— WORK REQUIRED —
Reproduce the records exactly through the line with "#3=PRODUCT('','','',(#2));".
-------- SUPPLIED DATA --------
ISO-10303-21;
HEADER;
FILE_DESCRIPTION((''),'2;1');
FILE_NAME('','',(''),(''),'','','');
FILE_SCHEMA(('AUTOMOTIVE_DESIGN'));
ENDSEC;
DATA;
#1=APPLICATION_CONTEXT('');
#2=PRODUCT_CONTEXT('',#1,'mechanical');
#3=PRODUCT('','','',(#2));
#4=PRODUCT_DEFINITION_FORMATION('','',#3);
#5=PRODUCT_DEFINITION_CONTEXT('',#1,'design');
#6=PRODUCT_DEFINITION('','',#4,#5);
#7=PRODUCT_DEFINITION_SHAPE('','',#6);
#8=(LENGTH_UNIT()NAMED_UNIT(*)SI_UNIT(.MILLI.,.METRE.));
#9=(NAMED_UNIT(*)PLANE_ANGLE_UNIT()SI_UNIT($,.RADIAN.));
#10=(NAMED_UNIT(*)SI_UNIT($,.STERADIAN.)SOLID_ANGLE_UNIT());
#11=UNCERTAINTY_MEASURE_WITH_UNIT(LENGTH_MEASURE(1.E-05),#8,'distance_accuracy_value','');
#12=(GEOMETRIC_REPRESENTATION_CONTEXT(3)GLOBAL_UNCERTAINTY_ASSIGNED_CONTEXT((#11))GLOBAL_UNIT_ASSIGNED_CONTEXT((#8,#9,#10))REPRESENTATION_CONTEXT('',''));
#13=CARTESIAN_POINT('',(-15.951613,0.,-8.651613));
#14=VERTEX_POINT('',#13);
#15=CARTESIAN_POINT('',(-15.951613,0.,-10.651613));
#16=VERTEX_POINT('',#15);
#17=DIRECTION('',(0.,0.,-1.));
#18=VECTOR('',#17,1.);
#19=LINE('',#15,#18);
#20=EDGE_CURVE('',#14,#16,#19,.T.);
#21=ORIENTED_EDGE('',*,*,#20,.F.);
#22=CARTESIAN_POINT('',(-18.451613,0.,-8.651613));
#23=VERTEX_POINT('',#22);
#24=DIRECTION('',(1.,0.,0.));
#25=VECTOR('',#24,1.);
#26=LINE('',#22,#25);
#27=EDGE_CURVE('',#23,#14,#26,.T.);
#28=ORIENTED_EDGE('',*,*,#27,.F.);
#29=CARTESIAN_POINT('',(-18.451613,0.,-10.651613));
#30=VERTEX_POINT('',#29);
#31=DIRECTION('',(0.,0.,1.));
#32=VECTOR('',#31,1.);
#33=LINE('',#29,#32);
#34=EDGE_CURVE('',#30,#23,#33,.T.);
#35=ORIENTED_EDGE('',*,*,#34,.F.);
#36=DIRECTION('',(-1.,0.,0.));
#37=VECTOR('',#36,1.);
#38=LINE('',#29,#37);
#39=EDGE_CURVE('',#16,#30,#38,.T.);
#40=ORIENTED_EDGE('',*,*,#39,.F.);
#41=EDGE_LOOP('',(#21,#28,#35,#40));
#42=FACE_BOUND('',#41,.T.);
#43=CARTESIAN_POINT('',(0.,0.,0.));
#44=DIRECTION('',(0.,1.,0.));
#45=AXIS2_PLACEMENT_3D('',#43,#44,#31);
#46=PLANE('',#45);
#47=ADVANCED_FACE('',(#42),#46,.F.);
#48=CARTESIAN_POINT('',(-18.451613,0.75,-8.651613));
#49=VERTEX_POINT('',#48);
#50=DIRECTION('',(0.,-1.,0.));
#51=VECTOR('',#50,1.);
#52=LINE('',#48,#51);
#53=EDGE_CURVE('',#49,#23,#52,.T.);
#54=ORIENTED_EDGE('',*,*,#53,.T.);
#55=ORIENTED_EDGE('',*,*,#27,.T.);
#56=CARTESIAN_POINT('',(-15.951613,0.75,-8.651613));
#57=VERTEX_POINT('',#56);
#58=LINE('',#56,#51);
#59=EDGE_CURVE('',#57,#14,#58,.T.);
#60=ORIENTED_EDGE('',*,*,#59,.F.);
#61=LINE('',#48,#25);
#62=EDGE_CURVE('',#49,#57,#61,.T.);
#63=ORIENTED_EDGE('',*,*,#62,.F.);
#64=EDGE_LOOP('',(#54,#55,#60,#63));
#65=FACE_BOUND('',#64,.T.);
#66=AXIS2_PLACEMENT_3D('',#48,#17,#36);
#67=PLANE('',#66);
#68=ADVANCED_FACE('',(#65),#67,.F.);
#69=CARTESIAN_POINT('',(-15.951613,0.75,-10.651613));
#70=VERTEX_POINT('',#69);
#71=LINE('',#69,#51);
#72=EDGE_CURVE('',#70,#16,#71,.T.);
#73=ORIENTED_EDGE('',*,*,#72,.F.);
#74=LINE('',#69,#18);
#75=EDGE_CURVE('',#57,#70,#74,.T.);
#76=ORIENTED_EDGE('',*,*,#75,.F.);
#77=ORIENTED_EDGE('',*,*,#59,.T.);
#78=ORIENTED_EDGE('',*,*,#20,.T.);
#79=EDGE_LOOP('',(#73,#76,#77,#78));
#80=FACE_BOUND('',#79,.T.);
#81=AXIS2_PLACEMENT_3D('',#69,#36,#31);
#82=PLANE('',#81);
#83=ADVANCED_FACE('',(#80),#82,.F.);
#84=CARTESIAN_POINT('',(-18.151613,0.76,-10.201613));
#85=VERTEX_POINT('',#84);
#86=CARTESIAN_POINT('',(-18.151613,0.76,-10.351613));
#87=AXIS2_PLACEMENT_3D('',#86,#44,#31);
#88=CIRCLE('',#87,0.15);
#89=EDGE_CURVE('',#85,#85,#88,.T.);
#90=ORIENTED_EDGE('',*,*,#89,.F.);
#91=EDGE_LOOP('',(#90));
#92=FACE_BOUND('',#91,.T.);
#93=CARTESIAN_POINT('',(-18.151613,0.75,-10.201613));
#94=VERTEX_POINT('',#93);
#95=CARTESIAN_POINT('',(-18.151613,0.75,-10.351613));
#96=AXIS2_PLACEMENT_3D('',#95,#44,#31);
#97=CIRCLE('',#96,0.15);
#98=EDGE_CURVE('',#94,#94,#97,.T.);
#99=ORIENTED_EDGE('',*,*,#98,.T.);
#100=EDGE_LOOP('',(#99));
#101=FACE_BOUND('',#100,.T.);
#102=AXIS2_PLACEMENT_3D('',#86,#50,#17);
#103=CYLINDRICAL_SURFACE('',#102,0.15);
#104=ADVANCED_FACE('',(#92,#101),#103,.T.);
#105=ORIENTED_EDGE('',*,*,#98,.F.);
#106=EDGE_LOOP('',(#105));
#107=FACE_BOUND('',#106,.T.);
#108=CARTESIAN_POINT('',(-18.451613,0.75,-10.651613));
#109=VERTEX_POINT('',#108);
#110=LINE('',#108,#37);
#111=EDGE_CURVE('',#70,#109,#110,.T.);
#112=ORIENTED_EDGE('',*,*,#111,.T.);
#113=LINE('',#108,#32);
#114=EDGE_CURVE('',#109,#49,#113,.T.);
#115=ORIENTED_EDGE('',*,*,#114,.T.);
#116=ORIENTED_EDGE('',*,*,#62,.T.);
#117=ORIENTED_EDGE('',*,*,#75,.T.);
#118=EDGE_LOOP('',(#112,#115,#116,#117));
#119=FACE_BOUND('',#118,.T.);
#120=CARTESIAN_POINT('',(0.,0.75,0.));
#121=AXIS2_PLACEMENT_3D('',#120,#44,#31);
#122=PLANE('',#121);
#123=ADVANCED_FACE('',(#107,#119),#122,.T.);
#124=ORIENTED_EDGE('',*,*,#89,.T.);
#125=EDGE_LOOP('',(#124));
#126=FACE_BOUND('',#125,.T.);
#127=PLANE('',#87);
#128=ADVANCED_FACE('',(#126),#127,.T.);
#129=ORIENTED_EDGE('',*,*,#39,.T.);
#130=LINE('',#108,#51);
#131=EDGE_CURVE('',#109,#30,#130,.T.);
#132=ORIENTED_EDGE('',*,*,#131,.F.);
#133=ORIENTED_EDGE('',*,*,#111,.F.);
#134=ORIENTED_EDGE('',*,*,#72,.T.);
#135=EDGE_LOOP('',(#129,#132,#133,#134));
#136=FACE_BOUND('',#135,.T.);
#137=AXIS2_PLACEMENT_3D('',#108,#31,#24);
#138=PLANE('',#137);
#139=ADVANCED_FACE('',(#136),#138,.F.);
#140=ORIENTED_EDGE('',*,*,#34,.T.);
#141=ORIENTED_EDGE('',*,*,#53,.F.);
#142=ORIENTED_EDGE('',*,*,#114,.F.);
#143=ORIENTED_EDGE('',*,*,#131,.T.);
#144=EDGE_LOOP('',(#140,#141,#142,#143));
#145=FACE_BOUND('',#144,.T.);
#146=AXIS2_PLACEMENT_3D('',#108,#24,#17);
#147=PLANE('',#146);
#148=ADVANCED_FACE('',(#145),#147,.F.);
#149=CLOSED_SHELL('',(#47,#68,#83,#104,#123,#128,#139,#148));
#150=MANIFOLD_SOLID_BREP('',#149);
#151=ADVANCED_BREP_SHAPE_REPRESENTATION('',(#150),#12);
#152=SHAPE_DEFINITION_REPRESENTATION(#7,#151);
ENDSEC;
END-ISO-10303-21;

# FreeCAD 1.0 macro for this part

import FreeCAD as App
import Part
import Sketcher

V = App.Vector


def add_polygon(sketch, points):
    """Adds a closed chain of lines whose ends are joined by coincident constraints."""
    first, n = sketch.GeometryCount, len(points)
    for a, b in zip(points, points[1:] + points[:1]):
        sketch.addGeometry(Part.LineSegment(App.Vector(*a, 0), App.Vector(*b, 0)), False)
    for i in range(n):
        sketch.addConstraint(Sketcher.Constraint("Coincident", first + i, 2, first + (i + 1) % n, 1))

doc = App.newDocument("Part")
body = doc.addObject("PartDesign::Body", "Body")

# Sketch on XZ plane
sketch1 = body.newObject("Sketcher::SketchObject", "Sketch")
sketch1.AttachmentSupport = (doc.getObject("XZ_Plane"), [""])
sketch1.MapMode = "FlatFace"
add_polygon(sketch1, [(-18.5, -10.7), (-18.5, -8.7), (-16, -8.7), (-16, -10.7)])  # lines 0-3
sketch1.addConstraint([
    Sketcher.Constraint("Vertical", 0),
    Sketcher.Constraint("Horizontal", 1),
    Sketcher.Constraint("Vertical", 2),
    Sketcher.Constraint("Horizontal", 3),
    Sketcher.Constraint("DistanceY", 0, 1, 0, 2, 2.0),
    Sketcher.Constraint("DistanceX", 1, 1, 1, 2, 2.5),
    Sketcher.Constraint("DistanceX", 0, 2, -1, 1, 18.451613),
    Sketcher.Constraint("DistanceY", 0, 2, -1, 1, 8.651613),
])
pad1 = body.newObject("PartDesign::Pad", "Pad")
pad1.Profile = sketch1
pad1.Length = 0.75
pad1.Reversed = True

# Sketch on XZ plane
sketch2 = body.newObject("Sketcher::SketchObject", "Sketch001")
sketch2.AttachmentSupport = (doc.getObject("XZ_Plane"), [""])
sketch2.MapMode = "FlatFace"
sketch2.AttachmentOffset = App.Placement(V(0, 0, -0.75), App.Rotation())
sketch2.addGeometry(Part.Circle(V(-18.15, -10.35, 0), V(0, 0, 1), 0.15), False)
sketch2.addConstraint([
    Sketcher.Constraint("Diameter", 0, 0.3),
    Sketcher.Constraint("DistanceX", 0, 3, -1, 1, 18.151613),
    Sketcher.Constraint("DistanceY", 0, 3, -1, 1, 10.351613),
])
pad2 = body.newObject("PartDesign::Pad", "Pad001")
pad2.Profile = sketch2
pad2.Length = 0.01
pad2.Reversed = True

doc.recompute()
--------
— OUTPUT —
ISO-10303-21;
HEADER;
FILE_DESCRIPTION((''),'2;1');
FILE_NAME('','',(''),(''),'','','');
FILE_SCHEMA(('AUTOMOTIVE_DESIGN'));
ENDSEC;
DATA;
#1=APPLICATION_CONTEXT('');
#2=PRODUCT_CONTEXT('',#1,'mechanical');
#3=PRODUCT('','','',(#2));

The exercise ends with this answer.